The 7th Circuit pointed out that the statistical evidenced offered on this point was not the result of multivariate regression.  When regression analysis was utilized the data no longer supported the proposition that robberies were more likely at late-night adult bookstores versus other late-night establishments such as taverns, liquor stores, pharmacies or convenience stores (which the city did not require to be closed as part of the ordinance).  Moreover, the robberies that did take place more often happened to the bookstore itself and its patrons, rather than to other businesses or passers-by.  “The Supreme Court has not endorsed an approach under which governments can close bookstores in order to reduce crime directed at businesses that knowingly accept the risk of being robbed, or persons who voluntary frequent their premises.”  Citing the Supreme Court in Alameda Books, the court affirmed that “a city cannot regulate the secondary effects of speech by suppressing the speech itself….[The benefits of the Indianapolis ordinance] come from closure: the shuttered shops can’t be robbed at gunpoint, and they lack customers who could be mugged.  If that sort of benefit were enough to justify closure then a city could forbid adult bookstores altogether.”  The case was remanded with an order to issue an injunction preventing the enforcement of the closure ordinance.

Content-neutral zoning ordinance that resulted in total ban on adult entertainment businesses deemed valid; alternative avenues of communication existed in other jurisdictions

by Gary Taylor

David Peterson and The Juice Bar, LLC v. City of Florence (MN)
(Federal 8th Circuit Court of Appeals, August 16, 2013)

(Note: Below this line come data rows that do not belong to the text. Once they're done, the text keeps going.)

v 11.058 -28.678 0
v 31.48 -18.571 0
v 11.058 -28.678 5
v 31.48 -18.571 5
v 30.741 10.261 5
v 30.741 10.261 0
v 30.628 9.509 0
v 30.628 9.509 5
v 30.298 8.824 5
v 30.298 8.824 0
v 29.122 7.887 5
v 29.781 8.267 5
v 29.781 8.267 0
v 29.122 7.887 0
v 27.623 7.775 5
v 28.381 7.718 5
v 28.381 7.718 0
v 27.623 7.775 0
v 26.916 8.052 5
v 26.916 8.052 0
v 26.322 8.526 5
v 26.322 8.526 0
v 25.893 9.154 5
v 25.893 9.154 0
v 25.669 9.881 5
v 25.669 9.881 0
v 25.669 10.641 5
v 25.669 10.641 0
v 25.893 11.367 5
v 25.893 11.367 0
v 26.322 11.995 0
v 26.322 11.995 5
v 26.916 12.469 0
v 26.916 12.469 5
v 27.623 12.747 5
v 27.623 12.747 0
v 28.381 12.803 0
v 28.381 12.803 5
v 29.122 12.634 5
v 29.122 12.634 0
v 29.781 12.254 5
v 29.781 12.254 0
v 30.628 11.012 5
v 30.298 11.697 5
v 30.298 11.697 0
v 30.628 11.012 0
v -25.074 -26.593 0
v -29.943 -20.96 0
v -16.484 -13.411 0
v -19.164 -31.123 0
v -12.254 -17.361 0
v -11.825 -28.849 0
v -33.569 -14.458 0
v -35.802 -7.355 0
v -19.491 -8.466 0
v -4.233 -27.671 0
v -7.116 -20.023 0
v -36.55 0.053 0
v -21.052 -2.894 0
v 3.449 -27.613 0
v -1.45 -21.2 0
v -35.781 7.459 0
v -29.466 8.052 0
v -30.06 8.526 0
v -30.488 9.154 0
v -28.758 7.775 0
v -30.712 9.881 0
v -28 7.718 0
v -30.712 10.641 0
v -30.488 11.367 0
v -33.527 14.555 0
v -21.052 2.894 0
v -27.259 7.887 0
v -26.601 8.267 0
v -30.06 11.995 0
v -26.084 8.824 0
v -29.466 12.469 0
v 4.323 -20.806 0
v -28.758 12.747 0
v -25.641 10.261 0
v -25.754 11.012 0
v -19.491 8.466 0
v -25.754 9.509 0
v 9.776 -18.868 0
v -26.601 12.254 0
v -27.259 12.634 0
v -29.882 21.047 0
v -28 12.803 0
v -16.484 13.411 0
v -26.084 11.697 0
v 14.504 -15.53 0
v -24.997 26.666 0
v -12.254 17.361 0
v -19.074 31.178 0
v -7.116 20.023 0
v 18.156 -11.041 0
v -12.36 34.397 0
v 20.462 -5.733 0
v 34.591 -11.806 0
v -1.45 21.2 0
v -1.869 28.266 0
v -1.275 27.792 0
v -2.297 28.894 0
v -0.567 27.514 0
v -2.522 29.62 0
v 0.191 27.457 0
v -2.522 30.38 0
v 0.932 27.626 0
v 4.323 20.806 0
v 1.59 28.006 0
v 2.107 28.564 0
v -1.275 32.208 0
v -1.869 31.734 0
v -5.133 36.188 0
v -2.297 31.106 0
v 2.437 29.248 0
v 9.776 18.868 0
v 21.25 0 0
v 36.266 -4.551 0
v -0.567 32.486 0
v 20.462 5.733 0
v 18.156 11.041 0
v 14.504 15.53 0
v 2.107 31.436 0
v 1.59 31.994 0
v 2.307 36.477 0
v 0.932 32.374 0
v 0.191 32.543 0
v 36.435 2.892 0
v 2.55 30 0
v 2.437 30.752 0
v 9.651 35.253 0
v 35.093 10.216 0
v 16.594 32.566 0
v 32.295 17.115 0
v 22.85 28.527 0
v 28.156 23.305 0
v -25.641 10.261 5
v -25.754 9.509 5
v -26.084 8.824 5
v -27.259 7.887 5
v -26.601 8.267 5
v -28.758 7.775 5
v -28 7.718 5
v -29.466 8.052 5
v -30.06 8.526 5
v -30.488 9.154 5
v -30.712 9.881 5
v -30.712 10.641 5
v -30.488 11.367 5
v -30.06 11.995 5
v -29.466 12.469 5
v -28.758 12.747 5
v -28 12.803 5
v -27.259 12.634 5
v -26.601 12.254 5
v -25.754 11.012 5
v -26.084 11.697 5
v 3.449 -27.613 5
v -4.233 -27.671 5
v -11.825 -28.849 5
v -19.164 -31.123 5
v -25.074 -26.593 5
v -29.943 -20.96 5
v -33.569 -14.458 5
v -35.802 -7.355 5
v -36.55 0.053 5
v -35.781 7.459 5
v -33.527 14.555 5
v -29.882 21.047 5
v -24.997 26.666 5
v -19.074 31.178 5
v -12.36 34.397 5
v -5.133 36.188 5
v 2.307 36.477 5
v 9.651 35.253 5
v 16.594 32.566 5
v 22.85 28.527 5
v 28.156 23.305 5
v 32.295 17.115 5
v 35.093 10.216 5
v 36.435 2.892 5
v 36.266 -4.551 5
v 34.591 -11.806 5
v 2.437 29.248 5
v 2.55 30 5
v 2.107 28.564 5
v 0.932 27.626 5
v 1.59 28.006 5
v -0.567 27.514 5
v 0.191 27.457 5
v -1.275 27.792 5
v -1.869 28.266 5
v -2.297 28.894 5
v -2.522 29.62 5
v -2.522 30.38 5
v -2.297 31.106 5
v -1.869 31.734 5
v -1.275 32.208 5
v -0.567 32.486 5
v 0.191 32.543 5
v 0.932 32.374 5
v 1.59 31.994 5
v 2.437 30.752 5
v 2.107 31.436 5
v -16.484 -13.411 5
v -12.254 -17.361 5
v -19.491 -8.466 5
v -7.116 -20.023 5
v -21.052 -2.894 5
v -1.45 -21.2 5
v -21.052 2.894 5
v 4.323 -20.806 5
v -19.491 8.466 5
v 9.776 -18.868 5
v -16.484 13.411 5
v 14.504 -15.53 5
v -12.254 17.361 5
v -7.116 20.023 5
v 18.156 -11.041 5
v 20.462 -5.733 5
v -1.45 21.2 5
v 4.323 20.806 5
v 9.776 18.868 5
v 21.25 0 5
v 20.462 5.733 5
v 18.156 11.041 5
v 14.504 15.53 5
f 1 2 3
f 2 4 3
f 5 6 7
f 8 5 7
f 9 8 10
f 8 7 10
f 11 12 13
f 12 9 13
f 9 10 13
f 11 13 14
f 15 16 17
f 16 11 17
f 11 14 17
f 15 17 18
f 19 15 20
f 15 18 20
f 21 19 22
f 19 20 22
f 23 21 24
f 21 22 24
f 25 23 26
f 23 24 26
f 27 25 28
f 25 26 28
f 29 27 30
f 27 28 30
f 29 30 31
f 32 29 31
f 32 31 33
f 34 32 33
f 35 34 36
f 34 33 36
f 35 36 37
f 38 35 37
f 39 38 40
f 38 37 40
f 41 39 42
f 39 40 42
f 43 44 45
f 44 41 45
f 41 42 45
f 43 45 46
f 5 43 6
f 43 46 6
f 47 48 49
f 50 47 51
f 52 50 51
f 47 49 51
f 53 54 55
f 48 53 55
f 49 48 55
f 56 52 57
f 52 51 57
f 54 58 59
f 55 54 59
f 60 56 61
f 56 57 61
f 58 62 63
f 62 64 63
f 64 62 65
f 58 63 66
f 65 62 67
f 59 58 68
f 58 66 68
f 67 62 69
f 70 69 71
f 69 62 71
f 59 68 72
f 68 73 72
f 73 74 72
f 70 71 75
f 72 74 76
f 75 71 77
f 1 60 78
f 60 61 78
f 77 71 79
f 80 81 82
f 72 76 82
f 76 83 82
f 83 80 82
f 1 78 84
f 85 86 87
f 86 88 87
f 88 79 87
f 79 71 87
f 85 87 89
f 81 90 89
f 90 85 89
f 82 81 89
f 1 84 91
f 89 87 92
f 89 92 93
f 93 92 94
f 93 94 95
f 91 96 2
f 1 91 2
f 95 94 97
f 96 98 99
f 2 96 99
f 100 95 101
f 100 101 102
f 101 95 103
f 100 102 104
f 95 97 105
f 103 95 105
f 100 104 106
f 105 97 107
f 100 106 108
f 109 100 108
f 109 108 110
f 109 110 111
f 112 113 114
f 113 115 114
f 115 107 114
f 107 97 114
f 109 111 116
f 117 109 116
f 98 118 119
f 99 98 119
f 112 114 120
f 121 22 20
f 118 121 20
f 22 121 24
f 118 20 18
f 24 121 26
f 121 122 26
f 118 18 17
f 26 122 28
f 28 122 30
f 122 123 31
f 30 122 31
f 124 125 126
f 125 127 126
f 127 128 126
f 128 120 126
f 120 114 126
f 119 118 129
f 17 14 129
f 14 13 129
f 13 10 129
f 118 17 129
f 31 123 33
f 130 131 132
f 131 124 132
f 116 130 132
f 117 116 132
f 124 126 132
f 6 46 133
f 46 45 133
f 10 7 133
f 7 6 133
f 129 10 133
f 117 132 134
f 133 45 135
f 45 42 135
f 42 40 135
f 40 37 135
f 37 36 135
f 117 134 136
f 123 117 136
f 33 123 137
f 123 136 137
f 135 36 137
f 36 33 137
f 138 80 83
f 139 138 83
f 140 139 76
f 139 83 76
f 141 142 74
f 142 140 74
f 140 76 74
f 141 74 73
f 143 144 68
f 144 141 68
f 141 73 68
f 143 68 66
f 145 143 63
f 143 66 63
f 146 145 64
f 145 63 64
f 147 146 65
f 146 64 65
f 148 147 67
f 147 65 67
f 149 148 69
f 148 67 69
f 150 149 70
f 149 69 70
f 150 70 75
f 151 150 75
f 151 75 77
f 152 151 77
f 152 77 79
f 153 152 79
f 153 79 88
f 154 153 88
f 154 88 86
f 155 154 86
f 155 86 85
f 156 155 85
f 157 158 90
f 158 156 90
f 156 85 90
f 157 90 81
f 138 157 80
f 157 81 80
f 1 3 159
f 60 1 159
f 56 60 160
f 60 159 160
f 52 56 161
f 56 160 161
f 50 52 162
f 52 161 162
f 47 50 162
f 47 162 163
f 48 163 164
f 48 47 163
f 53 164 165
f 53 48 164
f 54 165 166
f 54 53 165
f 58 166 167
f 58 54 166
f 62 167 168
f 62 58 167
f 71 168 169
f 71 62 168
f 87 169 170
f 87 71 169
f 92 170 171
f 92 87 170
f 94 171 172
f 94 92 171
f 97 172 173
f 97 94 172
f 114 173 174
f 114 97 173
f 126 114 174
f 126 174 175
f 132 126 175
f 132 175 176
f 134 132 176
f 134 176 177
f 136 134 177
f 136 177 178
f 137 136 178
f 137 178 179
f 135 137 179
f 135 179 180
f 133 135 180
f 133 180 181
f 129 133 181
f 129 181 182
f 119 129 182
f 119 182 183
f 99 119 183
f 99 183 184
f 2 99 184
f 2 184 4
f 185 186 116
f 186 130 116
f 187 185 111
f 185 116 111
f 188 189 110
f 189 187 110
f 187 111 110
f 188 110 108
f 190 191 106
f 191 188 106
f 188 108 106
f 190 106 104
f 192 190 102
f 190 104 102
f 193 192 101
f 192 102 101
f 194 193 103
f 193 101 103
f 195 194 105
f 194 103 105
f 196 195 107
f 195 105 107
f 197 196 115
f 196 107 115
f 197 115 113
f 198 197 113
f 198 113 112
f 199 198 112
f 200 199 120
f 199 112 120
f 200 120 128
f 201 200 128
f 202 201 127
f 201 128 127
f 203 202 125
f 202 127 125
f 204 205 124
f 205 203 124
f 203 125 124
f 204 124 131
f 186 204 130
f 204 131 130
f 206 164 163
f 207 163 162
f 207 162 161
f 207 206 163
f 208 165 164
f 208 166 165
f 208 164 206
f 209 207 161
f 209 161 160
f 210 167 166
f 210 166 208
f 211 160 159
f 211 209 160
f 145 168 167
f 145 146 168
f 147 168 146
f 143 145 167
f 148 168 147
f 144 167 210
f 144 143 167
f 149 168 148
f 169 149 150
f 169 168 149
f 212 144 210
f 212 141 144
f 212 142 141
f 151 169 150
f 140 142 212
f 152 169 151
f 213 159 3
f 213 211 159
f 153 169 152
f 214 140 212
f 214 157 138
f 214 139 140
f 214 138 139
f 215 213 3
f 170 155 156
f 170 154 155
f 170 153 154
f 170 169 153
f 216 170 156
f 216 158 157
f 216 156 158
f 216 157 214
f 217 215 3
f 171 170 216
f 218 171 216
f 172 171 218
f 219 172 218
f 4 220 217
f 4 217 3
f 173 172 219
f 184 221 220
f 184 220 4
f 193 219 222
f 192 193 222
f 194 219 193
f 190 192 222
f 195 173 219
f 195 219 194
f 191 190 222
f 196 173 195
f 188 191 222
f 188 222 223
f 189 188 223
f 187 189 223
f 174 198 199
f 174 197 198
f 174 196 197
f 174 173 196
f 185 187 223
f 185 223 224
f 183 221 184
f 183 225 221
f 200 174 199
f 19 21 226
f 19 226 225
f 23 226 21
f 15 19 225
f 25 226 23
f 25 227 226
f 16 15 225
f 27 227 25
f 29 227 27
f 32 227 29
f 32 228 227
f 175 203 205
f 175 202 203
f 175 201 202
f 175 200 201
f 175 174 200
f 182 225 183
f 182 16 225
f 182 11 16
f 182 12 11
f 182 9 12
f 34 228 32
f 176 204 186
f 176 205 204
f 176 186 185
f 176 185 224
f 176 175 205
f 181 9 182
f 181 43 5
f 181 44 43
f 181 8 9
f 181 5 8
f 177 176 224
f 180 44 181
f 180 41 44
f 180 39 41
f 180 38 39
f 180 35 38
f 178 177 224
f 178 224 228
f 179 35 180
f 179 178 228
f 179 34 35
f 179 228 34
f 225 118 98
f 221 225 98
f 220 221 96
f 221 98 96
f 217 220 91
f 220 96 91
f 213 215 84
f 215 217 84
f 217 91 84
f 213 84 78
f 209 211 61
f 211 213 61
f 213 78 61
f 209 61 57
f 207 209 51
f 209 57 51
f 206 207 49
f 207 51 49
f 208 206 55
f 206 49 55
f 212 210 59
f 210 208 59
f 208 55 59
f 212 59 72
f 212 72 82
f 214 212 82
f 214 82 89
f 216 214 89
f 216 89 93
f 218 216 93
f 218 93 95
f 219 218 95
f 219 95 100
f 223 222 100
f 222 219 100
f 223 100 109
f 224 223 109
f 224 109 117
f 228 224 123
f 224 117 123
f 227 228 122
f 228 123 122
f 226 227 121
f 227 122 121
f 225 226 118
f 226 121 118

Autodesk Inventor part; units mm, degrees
ref_plane "YZ Plane" through (0, 0, 0) normal (1, 0, 0) x (0, 1, 0)
ref_plane "XZ Plane" through (0, 0, 0) normal (0, 1, 0) x (-1, 0, 0)
ref_plane "XY Plane" through (0, 0, 0) normal (0, 0, 1) x (1, 0, 0)
sketch "スケッチ1" plane through (0, 0, 0) normal (0, 0, 1) x (1, 0, 0)
  circle A0 centre (0, 0) radius 21.25
  circle A1 centre (0, 0) radius 36.55
  line L0 (0, 0) -> (-28.1908, 10.2606) construction
  line L1 (0, 0) -> (28.1908, 10.2606) construction
  line L2 (-39.5959, 0) -> (43.1917, 0) construction
  line L3 (0, 0) -> (0, 30) construction
  circle A2 centre (-28.1908, 10.2606) radius 2.55
  circle A3 centre (0, 30) radius 2.55
  circle A4 centre (28.1908, 10.2606) radius 2.55
  dimension "d0" = 73.1
  dimension "d1" = 42.5
  dimension "d2" = 30
  dimension "d3" = 30
  dimension "d4" = 20
  dimension "d5" = 20
  dimension "d6" = 30
  dimension "d7" = 5.1
  dimension "d8" = 5.1
  dimension "d9" = 5.1
extrude "押し出し1" add sketch "スケッチ1" along normal blind 5
sketch "スケッチ2" plane through (0, 0, 5) normal (0, 0, 1) x (1, 0, 0)
  line L0 (0, 0) -> (0, -80) construction
  circle A0 centre (0, -80) radius 52.5
  dimension "d12" = 80
  dimension "d16" = 105
extrude "押し出し2" cut sketch "スケッチ2" against normal blind 10
sketch "スケッチ3" plane through (0, 0, 5) normal (0, 0, 1) x (1, 0, 0)
  arc A0 (19.1643, -31.1228) -> (-19.1643, -31.1228) centre (0, 0) ccw projected
  line L0 (31.4805, -18.571) -> (8.7644, -29.8131)
  line L1 (8.7644, -29.8131) -> (11.2377, -39.3237)
  line L2 (11.2377, -39.3237) -> (35.6526, -33.4076)
  line L3 (35.6526, -33.4076) -> (31.4805, -18.571)
extrude "押し出し3" cut sketch "スケッチ3" against normal blind 10
properties part number "円 42.5mm" material "アルミニウム 6061"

Florence, Minnesota – a municipality in Lyon County – has a population of 39, and covers approximately 0.2 square miles.  It is home to sixteen single-family residences, a shop where Florence’s road equipment is stored, an unheated office that serves as the city office, and a park.

In 2008 the city adopted an ordinance prohibiting the operation of a sexually-oriented business within 250 feet of day cares, schools, parks, libraries, and any property zoned for residential use.  At the same time the city adopted a zoning ordinance that established three zoning districts (residential, commercial, and business) and zoned the entire city residential.  Sexually-oriented businesses were only permitted in the commercial district.

Peterson opened The Juice Bar in December 2010, which featured live, nude dancers.  The next day Peterson was charged with three misdemeanor counts for violating the sexually-oriented business ordinance, for operating The Juice Bar within 250-feed of a park.  Peterson filed suit against the city to enjoin the enforcement of the ordinance, for a declaratory ruling that the ordinance violated his First Amendment freedom of speech rights, and sought damages and attorney fees.  Shortly thereafter in 2011, the city repealed its sexually-oriented business ordinance in its entirety, and amended its zoning ordinance to eliminate the business and commercial districts, citing the city’s “limited infrastructure, staff, and resources” which could not support business or commercial uses.  The criminal case against Peterson was dismissed, but Peterson’s First Amendment suit continued; that is, until the district court dismissed the suit.  Peterson appealed the dismissal.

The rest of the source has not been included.